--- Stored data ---

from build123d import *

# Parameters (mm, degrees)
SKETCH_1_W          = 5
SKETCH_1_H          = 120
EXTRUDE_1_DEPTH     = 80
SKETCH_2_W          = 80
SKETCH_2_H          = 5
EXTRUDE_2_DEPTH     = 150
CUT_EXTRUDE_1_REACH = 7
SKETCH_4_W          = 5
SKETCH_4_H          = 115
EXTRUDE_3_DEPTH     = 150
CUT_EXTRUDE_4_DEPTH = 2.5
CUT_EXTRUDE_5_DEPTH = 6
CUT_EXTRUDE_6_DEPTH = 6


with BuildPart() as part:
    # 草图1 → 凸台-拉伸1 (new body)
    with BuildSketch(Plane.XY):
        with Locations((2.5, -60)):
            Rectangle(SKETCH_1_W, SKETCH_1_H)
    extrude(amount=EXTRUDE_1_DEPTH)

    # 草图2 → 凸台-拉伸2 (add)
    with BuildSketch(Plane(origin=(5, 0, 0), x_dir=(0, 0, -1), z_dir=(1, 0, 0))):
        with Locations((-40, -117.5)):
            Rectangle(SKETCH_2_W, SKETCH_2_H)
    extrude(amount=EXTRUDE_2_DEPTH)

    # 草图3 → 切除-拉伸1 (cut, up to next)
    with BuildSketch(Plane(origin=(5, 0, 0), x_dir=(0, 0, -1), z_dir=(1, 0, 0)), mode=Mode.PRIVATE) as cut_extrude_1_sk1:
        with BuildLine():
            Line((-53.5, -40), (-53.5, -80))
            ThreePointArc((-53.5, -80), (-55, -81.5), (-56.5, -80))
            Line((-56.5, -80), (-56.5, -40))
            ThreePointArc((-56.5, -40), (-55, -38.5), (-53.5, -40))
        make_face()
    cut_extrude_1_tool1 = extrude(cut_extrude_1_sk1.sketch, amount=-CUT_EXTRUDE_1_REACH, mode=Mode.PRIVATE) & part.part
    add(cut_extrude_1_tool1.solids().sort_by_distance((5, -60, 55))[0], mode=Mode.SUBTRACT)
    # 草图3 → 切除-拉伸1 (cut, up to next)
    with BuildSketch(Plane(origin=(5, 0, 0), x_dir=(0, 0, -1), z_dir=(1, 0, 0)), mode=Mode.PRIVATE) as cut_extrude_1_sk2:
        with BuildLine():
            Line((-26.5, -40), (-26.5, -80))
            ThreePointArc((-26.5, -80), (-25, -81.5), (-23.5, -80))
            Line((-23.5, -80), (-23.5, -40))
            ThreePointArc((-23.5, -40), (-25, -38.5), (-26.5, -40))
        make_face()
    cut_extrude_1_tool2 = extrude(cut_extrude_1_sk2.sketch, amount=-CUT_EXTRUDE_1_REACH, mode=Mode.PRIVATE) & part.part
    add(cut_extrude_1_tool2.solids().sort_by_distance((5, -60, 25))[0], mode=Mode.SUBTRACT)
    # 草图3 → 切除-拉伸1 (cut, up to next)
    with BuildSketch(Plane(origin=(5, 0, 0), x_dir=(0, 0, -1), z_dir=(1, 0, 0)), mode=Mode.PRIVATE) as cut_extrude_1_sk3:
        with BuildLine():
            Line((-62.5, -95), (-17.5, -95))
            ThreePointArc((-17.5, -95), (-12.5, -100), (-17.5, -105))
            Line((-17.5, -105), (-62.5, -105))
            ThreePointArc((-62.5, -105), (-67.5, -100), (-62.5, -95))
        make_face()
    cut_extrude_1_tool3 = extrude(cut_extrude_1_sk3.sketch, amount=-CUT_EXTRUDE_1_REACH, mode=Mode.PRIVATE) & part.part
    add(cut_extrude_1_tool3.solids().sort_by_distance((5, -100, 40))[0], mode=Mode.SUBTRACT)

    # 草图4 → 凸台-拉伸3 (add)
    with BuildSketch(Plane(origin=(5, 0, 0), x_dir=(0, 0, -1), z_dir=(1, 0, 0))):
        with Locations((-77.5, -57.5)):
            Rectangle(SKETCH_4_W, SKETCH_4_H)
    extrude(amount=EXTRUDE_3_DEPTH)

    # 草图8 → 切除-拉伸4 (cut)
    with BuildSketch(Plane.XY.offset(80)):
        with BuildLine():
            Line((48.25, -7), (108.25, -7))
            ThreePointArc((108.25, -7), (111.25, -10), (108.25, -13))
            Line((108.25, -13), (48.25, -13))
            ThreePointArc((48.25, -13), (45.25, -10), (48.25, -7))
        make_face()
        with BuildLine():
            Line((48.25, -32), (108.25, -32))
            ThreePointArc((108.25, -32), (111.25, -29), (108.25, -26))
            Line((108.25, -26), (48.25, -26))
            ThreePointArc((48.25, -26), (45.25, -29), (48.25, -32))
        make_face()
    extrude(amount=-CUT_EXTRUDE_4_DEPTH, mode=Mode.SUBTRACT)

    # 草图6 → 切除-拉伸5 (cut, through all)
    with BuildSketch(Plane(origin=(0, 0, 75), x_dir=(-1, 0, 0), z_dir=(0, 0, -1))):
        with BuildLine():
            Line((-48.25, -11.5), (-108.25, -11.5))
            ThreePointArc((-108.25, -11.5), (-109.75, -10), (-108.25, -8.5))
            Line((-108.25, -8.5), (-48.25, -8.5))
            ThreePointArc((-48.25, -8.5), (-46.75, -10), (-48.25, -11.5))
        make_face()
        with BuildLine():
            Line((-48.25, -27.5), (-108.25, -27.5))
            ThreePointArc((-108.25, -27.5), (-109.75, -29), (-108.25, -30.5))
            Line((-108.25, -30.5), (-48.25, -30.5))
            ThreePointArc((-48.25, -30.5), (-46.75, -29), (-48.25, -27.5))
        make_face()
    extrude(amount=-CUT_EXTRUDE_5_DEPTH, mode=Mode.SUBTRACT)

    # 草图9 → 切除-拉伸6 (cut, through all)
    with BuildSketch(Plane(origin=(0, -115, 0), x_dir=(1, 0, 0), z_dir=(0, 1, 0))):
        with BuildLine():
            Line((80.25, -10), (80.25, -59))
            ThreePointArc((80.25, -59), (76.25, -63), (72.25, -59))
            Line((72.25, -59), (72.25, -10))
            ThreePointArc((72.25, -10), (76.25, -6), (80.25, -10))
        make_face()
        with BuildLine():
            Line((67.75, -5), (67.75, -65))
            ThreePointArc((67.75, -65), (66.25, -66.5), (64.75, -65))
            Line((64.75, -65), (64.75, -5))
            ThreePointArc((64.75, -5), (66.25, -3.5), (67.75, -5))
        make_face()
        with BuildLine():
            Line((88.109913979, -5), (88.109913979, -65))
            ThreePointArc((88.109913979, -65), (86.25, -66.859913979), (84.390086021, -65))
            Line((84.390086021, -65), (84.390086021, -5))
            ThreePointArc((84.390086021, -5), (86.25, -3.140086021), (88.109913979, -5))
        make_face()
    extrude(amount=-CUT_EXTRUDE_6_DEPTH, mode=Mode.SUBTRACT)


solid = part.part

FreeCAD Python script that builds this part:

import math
import FreeCAD as App
import Part
import Sketcher
from FreeCAD import Vector

doc = App.newDocument("Part")
body = doc.addObject("PartDesign::Body", "Body")

# Sketch on XY plane
sketch1 = body.newObject("Sketcher::SketchObject", "Sketch")
sketch1.AttachmentSupport = (doc.getObject("XY_Plane"), [""])
sketch1.MapMode = "FlatFace"
sketch1.addGeometry(Part.LineSegment(Vector(0, 0, 0), Vector(0, -120, 0)), False)
sketch1.addGeometry(Part.LineSegment(Vector(0, -120, 0), Vector(5, -120, 0)), False)
sketch1.addGeometry(Part.LineSegment(Vector(5, -120, 0), Vector(5, 0, 0)), False)
sketch1.addGeometry(Part.LineSegment(Vector(5, 0, 0), Vector(0, 0, 0)), False)
sketch1.addConstraint(Sketcher.Constraint("Coincident", 0, 2, 1, 1))
sketch1.addConstraint(Sketcher.Constraint("Coincident", 1, 2, 2, 1))
sketch1.addConstraint(Sketcher.Constraint("Coincident", 2, 2, 3, 1))
sketch1.addConstraint(Sketcher.Constraint("Coincident", 3, 2, 0, 1))
sketch1.addConstraint(Sketcher.Constraint("Vertical", 0))
sketch1.addConstraint(Sketcher.Constraint("Horizontal", 1))
sketch1.addConstraint(Sketcher.Constraint("Vertical", 2))
sketch1.addConstraint(Sketcher.Constraint("Horizontal", 3))
sketch1.addConstraint(Sketcher.Constraint("Coincident", 3, 2, -1, 1))
sketch1.addConstraint(Sketcher.Constraint("DistanceX", 1, 1, 1, 2, 5.0))
sketch1.addConstraint(Sketcher.Constraint("DistanceY", 0, 2, 0, 1, 120.0))
pad1 = body.newObject("PartDesign::Pad", "Pad")
pad1.Profile = sketch1
pad1.Length = 80

# Sketch on YZ plane
sketch2 = body.newObject("Sketcher::SketchObject", "Sketch001")
sketch2.AttachmentSupport = (doc.getObject("YZ_Plane"), [""])
sketch2.MapMode = "FlatFace"
sketch2.AttachmentOffset = App.Placement(Vector(0, 0, 5), App.Rotation())
sketch2.addGeometry(Part.LineSegment(Vector(-115, 80, 0), Vector(-120, 80, 0)), False)
sketch2.addGeometry(Part.LineSegment(Vector(-120, 80, 0), Vector(-120, 0, 0)), False)
sketch2.addGeometry(Part.LineSegment(Vector(-120, 0, 0), Vector(-115, 0, 0)), False)
sketch2.addGeometry(Part.LineSegment(Vector(-115, 0, 0), Vector(-115, 80, 0)), False)
sketch2.addConstraint(Sketcher.Constraint("Coincident", 0, 2, 1, 1))
sketch2.addConstraint(Sketcher.Constraint("Coincident", 1, 2, 2, 1))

--- PROBLEM REQUIREMENTS ---
In the answer, give the lines from the first line of the data through the line with "Rectangle(SKETCH_2_W, SKETCH_2_H)", exactly as they appear and with no additions.

--- SOLUTION ---
from build123d import *

# Parameters (mm, degrees)
SKETCH_1_W          = 5
SKETCH_1_H          = 120
EXTRUDE_1_DEPTH     = 80
SKETCH_2_W          = 80
SKETCH_2_H          = 5
EXTRUDE_2_DEPTH     = 150
CUT_EXTRUDE_1_REACH = 7
SKETCH_4_W          = 5
SKETCH_4_H          = 115
EXTRUDE_3_DEPTH     = 150
CUT_EXTRUDE_4_DEPTH = 2.5
CUT_EXTRUDE_5_DEPTH = 6
CUT_EXTRUDE_6_DEPTH = 6


with BuildPart() as part:
    # 草图1 → 凸台-拉伸1 (new body)
    with BuildSketch(Plane.XY):
        with Locations((2.5, -60)):
            Rectangle(SKETCH_1_W, SKETCH_1_H)
    extrude(amount=EXTRUDE_1_DEPTH)

    # 草图2 → 凸台-拉伸2 (add)
    with BuildSketch(Plane(origin=(5, 0, 0), x_dir=(0, 0, -1), z_dir=(1, 0, 0))):
        with Locations((-40, -117.5)):
            Rectangle(SKETCH_2_W, SKETCH_2_H)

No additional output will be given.